Oh-My ... the 10fps is certainly seductive irregardless of anything else.
Of course, it will create a plethora of files to process afterwards ...

If nikon replaces my d600 with a new d610 I might sell it and buy a d500 to go with the d750.


----------



## goodguy (Jun 17, 2016)

DarkShadow said:


> Thats what I have In mind now is better glass and not another body.Looking at the Nikon 300mm f/4 PF ED VR and Sigma 18-35 1.8 Art.


Wouldn't you want the 300mm 2.8


----------



## DarkShadow (Jun 17, 2016)

No.f/4 is sufficient for wildlife In daylight.


----------



## jaomul (Jun 17, 2016)

DarkShadow said:


> No.f/4 is sufficient for wildlife In daylight.



Agree. Having used the 300 f2.8 vr and the af s 300 f4; I think the f4 is more usable and the better buy


----------



## PaulWog (Jun 17, 2016)

goodguy said:


> DarkShadow said:
> 
> 
> > Thats what I have In mind now is better glass and not another body.Looking at the Nikon 300mm f/4 PF ED VR and Sigma 18-35 1.8 Art.
> ...



The 300mm f2.8 VR-ii weighs 2.9kg (6.39lbs). That is almost identical to the 500mm f4e at 3.09kg (6.81lbs).


----------



## goodguy (Jun 17, 2016)

PaulWog said:


> goodguy said:
> 
> 
> > DarkShadow said:
> ...


Wow, that's a lot!


----------



## DarkShadow (Jun 18, 2016)

PaulWog said:


> goodguy said:
> 
> 
> > DarkShadow said:
> ...


Exactly what i don't want is excessive weight.



goodguy said:


> PaulWog said:
> 
> 
> > goodguy said:
> ...


No doubt.


----------



## gckless (Jul 14, 2016)

Well, based on DXO, you would wonder why anyone would buy a D750 when a D600 is so much cheaper...

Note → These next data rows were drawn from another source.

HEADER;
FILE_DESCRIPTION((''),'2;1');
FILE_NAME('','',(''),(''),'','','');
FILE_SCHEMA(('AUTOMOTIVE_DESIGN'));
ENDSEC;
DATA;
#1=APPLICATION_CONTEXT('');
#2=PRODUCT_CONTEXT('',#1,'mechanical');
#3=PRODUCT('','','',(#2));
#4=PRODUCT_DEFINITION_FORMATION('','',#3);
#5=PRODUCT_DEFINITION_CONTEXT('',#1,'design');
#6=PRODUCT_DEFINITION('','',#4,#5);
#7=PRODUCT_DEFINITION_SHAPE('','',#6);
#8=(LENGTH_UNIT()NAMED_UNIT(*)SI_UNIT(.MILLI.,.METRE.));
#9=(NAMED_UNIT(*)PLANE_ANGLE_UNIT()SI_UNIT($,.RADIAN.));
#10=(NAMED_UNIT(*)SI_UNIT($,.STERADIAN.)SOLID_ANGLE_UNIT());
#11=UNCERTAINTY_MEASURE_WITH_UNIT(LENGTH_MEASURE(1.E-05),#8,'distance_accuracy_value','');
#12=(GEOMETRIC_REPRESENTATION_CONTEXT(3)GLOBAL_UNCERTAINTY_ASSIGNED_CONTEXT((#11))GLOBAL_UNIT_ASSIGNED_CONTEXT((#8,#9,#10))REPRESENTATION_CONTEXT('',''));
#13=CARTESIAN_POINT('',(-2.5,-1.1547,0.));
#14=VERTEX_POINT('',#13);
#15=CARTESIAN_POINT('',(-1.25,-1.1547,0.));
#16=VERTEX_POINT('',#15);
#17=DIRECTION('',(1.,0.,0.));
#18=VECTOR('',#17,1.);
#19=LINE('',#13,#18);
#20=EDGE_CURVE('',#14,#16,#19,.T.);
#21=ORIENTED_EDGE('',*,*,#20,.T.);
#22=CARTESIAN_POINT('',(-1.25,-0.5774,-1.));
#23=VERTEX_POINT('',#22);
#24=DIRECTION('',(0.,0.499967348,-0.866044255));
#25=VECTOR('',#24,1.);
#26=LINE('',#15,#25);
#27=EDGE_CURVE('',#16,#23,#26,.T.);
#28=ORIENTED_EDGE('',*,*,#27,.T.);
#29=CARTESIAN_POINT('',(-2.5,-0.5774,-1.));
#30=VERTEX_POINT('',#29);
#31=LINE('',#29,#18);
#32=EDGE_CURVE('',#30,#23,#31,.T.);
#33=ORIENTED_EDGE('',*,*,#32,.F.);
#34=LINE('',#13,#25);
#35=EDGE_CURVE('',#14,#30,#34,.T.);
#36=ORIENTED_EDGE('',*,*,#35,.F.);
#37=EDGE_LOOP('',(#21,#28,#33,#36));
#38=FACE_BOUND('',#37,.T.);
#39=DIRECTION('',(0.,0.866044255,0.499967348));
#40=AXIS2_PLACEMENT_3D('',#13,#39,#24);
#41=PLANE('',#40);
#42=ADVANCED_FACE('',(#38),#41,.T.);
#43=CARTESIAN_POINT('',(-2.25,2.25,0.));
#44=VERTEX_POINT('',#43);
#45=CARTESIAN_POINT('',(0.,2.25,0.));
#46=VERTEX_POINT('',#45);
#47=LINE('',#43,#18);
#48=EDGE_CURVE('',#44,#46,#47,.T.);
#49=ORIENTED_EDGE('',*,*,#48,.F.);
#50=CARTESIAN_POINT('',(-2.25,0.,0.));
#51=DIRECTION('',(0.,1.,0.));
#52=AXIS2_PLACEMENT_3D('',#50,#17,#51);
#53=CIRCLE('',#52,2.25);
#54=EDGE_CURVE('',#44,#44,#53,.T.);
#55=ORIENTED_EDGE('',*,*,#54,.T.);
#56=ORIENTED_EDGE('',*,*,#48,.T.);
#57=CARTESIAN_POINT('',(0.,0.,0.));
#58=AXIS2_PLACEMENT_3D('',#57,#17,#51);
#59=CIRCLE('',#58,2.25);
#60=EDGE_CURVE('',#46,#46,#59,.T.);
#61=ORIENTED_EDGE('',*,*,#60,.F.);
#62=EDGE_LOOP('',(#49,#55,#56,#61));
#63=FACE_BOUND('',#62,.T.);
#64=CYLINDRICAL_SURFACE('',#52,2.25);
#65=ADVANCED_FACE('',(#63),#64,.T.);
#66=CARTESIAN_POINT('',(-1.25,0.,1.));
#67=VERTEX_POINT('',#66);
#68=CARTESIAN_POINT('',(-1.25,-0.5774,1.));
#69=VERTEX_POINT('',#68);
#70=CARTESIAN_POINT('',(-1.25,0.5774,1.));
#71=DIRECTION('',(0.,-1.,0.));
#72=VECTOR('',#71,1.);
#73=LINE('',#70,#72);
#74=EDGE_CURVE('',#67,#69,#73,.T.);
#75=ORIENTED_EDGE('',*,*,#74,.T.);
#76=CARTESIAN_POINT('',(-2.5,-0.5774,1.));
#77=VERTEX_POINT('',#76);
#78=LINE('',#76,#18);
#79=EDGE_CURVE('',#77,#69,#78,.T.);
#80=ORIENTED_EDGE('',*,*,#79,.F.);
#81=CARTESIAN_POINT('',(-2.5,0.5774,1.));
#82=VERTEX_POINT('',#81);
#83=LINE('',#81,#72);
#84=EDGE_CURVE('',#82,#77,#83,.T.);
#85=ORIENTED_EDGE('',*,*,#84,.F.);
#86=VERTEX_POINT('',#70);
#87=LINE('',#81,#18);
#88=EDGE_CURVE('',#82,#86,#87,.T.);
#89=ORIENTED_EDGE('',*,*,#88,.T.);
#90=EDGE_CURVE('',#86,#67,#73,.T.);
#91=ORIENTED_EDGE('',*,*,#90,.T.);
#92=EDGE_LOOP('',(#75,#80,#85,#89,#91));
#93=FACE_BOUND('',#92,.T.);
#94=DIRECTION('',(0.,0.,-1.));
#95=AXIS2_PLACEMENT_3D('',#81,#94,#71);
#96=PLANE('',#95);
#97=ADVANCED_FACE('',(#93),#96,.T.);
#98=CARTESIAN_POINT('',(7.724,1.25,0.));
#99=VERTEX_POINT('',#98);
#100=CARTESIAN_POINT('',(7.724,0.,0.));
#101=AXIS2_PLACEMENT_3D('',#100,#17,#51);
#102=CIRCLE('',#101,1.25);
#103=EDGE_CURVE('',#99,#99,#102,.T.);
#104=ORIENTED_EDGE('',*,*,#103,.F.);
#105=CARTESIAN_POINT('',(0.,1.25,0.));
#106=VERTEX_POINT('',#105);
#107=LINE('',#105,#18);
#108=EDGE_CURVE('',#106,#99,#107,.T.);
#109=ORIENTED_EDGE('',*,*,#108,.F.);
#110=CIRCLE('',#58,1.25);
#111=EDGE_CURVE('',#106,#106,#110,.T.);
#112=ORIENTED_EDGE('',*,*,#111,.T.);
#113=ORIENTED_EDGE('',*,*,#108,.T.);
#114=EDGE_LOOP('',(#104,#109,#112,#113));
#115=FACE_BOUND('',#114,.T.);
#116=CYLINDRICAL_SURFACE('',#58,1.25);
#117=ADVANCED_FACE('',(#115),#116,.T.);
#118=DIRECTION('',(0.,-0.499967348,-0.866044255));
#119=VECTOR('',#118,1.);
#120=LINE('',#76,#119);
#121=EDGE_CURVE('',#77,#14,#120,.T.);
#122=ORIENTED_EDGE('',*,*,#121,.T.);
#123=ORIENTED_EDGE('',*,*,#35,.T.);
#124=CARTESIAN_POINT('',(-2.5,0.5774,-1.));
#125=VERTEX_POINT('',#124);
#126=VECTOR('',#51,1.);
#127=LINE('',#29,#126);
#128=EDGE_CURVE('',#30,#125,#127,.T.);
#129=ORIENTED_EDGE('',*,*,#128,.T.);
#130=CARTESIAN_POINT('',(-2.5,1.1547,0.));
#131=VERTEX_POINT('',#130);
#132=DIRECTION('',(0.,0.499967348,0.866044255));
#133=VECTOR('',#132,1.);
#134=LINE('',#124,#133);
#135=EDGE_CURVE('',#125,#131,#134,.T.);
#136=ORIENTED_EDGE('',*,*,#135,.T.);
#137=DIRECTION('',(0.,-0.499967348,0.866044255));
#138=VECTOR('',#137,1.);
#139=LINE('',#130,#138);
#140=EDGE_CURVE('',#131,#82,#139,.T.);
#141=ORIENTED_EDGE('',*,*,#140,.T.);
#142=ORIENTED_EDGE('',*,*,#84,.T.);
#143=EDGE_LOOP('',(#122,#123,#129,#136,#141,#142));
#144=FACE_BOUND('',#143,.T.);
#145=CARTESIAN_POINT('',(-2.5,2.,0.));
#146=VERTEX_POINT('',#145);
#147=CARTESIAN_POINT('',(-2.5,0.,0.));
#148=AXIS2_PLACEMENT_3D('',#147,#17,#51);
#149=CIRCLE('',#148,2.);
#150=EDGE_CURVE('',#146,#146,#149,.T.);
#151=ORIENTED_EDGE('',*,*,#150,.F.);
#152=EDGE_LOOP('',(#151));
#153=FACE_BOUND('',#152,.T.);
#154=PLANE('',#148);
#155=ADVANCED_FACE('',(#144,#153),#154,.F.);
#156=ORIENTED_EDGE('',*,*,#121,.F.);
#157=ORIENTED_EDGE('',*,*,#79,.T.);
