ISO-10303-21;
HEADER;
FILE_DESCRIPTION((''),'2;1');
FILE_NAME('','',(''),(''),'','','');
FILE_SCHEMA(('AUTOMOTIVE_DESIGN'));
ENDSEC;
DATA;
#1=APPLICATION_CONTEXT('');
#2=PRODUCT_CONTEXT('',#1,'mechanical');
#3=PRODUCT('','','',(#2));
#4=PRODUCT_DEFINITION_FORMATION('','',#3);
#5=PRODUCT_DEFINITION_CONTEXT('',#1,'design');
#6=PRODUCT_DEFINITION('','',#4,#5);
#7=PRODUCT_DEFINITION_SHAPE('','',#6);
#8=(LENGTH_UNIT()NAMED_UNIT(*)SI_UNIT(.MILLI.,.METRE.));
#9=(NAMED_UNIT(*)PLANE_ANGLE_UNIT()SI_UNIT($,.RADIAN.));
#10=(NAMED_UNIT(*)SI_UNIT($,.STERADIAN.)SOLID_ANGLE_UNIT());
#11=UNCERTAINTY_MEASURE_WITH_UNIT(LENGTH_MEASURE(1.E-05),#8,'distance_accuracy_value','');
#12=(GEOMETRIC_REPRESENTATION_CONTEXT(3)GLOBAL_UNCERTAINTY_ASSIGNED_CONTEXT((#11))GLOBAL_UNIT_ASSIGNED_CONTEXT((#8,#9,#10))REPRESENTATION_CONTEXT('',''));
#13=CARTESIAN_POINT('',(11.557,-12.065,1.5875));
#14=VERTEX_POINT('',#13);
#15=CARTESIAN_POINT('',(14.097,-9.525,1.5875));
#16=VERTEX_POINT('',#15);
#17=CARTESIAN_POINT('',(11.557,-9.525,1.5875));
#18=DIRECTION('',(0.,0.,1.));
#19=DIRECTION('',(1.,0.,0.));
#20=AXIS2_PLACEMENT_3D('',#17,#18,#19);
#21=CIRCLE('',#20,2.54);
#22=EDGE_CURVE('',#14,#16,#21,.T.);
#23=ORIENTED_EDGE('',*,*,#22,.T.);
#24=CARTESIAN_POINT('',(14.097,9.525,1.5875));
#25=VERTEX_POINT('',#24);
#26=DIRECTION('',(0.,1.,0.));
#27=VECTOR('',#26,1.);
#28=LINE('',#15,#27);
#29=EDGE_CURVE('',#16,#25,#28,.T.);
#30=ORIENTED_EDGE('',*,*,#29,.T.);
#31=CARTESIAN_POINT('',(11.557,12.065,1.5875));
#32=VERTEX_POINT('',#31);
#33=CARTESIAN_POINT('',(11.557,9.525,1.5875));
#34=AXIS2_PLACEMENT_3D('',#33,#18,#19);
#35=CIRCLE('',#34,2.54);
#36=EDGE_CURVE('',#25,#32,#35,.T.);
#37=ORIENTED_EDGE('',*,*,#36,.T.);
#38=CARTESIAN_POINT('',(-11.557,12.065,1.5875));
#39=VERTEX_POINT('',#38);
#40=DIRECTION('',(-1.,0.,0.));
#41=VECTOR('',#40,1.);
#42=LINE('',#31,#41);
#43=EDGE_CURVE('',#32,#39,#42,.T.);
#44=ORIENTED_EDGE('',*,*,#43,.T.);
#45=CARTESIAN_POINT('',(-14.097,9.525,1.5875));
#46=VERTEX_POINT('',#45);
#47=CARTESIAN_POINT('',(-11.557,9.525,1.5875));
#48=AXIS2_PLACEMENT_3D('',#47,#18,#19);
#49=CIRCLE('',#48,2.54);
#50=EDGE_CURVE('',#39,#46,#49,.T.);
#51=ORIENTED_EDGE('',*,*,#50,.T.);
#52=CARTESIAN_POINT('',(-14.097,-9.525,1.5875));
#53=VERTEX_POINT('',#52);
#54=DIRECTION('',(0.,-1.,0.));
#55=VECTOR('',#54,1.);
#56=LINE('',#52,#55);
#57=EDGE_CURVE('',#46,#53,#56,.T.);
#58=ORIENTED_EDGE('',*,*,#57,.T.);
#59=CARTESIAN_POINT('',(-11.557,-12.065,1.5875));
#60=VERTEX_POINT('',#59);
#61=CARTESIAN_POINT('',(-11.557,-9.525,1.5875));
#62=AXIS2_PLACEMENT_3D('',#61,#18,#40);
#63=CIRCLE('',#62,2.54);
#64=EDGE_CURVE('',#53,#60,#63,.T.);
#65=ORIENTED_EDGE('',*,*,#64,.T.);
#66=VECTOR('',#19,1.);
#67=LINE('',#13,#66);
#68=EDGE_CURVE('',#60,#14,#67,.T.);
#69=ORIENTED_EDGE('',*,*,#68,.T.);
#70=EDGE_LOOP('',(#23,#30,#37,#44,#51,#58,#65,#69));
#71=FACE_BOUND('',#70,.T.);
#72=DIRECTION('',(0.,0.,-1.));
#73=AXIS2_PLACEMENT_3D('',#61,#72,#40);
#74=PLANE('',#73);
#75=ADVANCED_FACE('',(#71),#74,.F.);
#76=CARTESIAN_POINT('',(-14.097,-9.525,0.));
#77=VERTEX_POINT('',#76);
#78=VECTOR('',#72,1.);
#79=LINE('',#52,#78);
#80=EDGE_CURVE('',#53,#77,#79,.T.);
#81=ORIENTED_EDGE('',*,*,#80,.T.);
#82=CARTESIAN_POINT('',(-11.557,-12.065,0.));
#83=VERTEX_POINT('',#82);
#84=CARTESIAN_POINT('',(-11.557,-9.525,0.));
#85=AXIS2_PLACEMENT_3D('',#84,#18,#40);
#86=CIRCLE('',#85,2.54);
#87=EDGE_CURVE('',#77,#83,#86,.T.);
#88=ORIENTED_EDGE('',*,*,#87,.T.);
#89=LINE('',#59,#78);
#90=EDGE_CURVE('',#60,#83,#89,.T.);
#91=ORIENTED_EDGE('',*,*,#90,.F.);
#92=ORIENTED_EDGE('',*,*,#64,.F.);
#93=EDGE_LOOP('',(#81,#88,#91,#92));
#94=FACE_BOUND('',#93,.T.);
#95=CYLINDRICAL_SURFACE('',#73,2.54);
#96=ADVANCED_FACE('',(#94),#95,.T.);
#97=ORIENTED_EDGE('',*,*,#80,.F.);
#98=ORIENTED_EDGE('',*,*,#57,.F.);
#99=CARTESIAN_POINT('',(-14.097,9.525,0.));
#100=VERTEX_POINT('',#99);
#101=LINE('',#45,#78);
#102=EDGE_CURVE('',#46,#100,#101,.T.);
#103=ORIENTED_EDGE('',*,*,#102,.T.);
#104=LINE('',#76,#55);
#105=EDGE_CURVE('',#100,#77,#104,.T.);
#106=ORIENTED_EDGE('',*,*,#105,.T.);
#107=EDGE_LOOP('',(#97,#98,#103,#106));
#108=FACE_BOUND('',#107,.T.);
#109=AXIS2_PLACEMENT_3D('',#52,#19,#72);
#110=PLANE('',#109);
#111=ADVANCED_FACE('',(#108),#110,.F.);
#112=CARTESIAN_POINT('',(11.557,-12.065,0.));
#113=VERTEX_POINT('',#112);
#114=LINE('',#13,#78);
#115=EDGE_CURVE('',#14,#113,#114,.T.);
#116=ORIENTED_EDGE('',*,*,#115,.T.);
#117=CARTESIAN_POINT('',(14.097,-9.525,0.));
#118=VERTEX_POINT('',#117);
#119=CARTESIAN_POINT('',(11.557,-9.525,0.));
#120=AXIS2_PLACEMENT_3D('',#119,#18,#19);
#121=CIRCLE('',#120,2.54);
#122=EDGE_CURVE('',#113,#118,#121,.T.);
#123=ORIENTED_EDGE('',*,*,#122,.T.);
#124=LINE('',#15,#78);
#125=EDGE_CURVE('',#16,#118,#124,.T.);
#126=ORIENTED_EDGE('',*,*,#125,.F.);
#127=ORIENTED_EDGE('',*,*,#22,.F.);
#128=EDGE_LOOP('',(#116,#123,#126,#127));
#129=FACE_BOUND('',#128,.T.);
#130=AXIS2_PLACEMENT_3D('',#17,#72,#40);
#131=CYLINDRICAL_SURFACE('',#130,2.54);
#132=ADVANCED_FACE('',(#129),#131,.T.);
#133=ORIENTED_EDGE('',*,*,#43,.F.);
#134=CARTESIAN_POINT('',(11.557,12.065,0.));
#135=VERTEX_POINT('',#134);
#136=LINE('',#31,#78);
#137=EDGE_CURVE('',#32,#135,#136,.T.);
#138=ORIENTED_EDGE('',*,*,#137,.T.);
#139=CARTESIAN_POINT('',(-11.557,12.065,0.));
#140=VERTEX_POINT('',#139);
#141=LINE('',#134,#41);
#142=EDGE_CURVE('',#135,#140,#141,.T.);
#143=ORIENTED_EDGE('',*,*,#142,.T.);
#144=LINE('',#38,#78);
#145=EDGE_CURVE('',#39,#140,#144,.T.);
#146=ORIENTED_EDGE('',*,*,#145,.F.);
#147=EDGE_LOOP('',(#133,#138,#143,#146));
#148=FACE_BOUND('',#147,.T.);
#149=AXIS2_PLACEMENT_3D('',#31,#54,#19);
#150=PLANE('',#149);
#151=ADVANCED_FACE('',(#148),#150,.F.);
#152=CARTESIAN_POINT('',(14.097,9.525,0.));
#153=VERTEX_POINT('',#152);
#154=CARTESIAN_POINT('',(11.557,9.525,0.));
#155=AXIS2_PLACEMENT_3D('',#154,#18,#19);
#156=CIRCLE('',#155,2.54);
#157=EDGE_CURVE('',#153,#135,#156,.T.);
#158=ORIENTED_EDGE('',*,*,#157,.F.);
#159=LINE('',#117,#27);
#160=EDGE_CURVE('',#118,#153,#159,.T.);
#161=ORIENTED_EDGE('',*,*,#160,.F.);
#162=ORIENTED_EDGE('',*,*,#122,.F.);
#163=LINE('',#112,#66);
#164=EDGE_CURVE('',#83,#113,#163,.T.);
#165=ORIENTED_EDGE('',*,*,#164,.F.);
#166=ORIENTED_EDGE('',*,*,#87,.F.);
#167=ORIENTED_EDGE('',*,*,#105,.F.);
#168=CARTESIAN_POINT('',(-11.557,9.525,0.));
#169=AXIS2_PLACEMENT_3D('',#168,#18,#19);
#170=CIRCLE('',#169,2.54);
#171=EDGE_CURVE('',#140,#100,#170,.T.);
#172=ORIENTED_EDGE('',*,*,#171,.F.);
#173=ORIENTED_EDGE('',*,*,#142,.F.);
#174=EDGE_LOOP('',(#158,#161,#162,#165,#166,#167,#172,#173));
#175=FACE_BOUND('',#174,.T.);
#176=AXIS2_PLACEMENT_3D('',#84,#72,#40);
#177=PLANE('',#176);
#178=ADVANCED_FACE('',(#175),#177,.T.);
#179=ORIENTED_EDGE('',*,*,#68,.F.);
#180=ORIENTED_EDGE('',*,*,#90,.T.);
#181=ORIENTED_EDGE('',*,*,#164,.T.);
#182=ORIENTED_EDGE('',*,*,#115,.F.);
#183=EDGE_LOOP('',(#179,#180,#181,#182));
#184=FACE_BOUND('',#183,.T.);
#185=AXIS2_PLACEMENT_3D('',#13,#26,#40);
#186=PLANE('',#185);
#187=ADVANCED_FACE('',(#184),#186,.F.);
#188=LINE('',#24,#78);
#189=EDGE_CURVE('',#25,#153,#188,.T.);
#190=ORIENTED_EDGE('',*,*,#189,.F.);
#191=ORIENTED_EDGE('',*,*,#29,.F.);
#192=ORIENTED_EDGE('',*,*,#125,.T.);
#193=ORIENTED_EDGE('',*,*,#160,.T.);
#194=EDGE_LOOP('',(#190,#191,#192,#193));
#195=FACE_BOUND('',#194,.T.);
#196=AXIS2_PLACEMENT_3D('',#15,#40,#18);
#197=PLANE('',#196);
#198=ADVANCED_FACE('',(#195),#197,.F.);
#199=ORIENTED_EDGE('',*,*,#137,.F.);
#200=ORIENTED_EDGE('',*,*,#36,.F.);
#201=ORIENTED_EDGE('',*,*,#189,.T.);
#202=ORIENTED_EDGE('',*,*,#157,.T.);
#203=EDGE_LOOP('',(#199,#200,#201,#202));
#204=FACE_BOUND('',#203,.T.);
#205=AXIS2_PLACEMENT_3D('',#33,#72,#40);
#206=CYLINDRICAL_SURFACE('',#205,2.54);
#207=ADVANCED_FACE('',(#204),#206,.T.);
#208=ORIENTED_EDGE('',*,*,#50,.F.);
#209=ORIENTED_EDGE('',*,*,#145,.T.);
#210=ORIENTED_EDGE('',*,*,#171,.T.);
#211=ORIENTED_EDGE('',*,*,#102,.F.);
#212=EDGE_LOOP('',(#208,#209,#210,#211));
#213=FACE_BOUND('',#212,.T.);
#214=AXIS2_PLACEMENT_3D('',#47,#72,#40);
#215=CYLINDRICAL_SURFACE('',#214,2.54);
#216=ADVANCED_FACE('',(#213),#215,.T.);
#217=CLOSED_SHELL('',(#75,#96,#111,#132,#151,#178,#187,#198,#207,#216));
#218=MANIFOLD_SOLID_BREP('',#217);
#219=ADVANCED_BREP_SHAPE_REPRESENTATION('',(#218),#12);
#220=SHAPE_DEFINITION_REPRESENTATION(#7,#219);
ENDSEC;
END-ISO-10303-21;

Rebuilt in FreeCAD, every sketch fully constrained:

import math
import FreeCAD as App
import Part
import Sketcher

V = App.Vector
Q = App.Units.Quantity

doc = App.newDocument("Part")
body = doc.addObject("PartDesign::Body", "Body")

# Sketch on XY plane
sketch1 = doc.addObject("Sketcher::SketchObject", "Sketch")
body.addObject(sketch1)
sketch1.AttachmentSupport = (doc.XY_Plane, [""])
sketch1.MapMode = "FlatFace"
sketch1.addGeometry(Part.LineSegment(V(-11.6, -12.1, 0), V(11.6, -12.1, 0)), False)
sketch1.addGeometry(Part.ArcOfCircle(Part.Circle(V(11.6, -9.5, 0), V(0, 0, 1), 2.5), math.radians(-90), math.radians(0)), False)
sketch1.addGeometry(Part.LineSegment(V(14.1, -9.5, 0), V(14.1, 9.5, 0)), False)
sketch1.addGeometry(Part.ArcOfCircle(Part.Circle(V(11.6, 9.5, 0), V(0, 0, 1), 2.5), math.radians(0), math.radians(90)), False)
sketch1.addGeometry(Part.LineSegment(V(11.6, 12.1, 0), V(-11.6, 12.1, 0)), False)
sketch1.addGeometry(Part.ArcOfCircle(Part.Circle(V(-11.6, 9.5, 0), V(0, 0, 1), 2.5), math.radians(90), math.radians(180)), False)
sketch1.addGeometry(Part.LineSegment(V(-14.1, 9.5, 0), V(-14.1, -9.5, 0)), False)
sketch1.addGeometry(Part.ArcOfCircle(Part.Circle(V(-11.6, -9.5, 0), V(0, 0, 1), 2.5), math.radians(-180), math.radians(-90)), False)
sketch1.addConstraint(Sketcher.Constraint("Tangent", 0, 2, 1, 1))
sketch1.addConstraint(Sketcher.Constraint("Tangent", 1, 2, 2, 1))
sketch1.addConstraint(Sketcher.Constraint("Tangent", 2, 2, 3, 1))
sketch1.addConstraint(Sketcher.Constraint("Tangent", 3, 2, 4, 1))
sketch1.addConstraint(Sketcher.Constraint("Tangent", 4, 2, 5, 1))
sketch1.addConstraint(Sketcher.Constraint("Tangent", 5, 2, 6, 1))
sketch1.addConstraint(Sketcher.Constraint("Tangent", 6, 2, 7, 1))
sketch1.addConstraint(Sketcher.Constraint("Tangent", 7, 2, 0, 1))
sketch1.addConstraint(Sketcher.Constraint("Horizontal", 0))
sketch1.addConstraint(Sketcher.Constraint("Vertical", 2))
sketch1.addConstraint(Sketcher.Constraint("Horizontal", 4))
sketch1.addConstraint(Sketcher.Constraint("Vertical", 6))
sketch1.addConstraint(Sketcher.Constraint("Equal", 1, 3))
sketch1.addConstraint(Sketcher.Constraint("Equal", 3, 5))
sketch1.addConstraint(Sketcher.Constraint("Equal", 5, 7))
sketch1.addConstraint(Sketcher.Constraint("Symmetric", 1, 3, 5, 3, -1, 1))
sketch1.addConstraint(Sketcher.Constraint("Radius", 1, Q("0.1 in")))
sketch1.addConstraint(Sketcher.Constraint("DistanceX", 0, 1, 0, 2, Q("0.91 in")))
sketch1.addConstraint(Sketcher.Constraint("DistanceY", 2, 1, 2, 2, Q("0.75 in")))
pad1 = doc.addObject("PartDesign::Pad", "Pad")
body.addObject(pad1)
pad1.Profile = sketch1
pad1.Length = Q("0.0625 in")

doc.recompute()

D500 is much like the D5 IMO. Not every crop shooter should buy a D500, just as not every FF shooter should buy a D5. They have their purposes, and I think people know if they need it or not. While the small drawbacks on the D500 may be insignificant in the real world, I gotta wonder if Nikon could have done a little less buffer space and upped another spec. Granted, they may not have been able to do anything without switching to the smaller (in file size) sensor, which probably brings the other things.


----------



## astroNikon (Jul 14, 2016)

gckless said:


> Well, based on DXO, you would wonder why anyone would buy a D750 when a D600 is so much cheaper...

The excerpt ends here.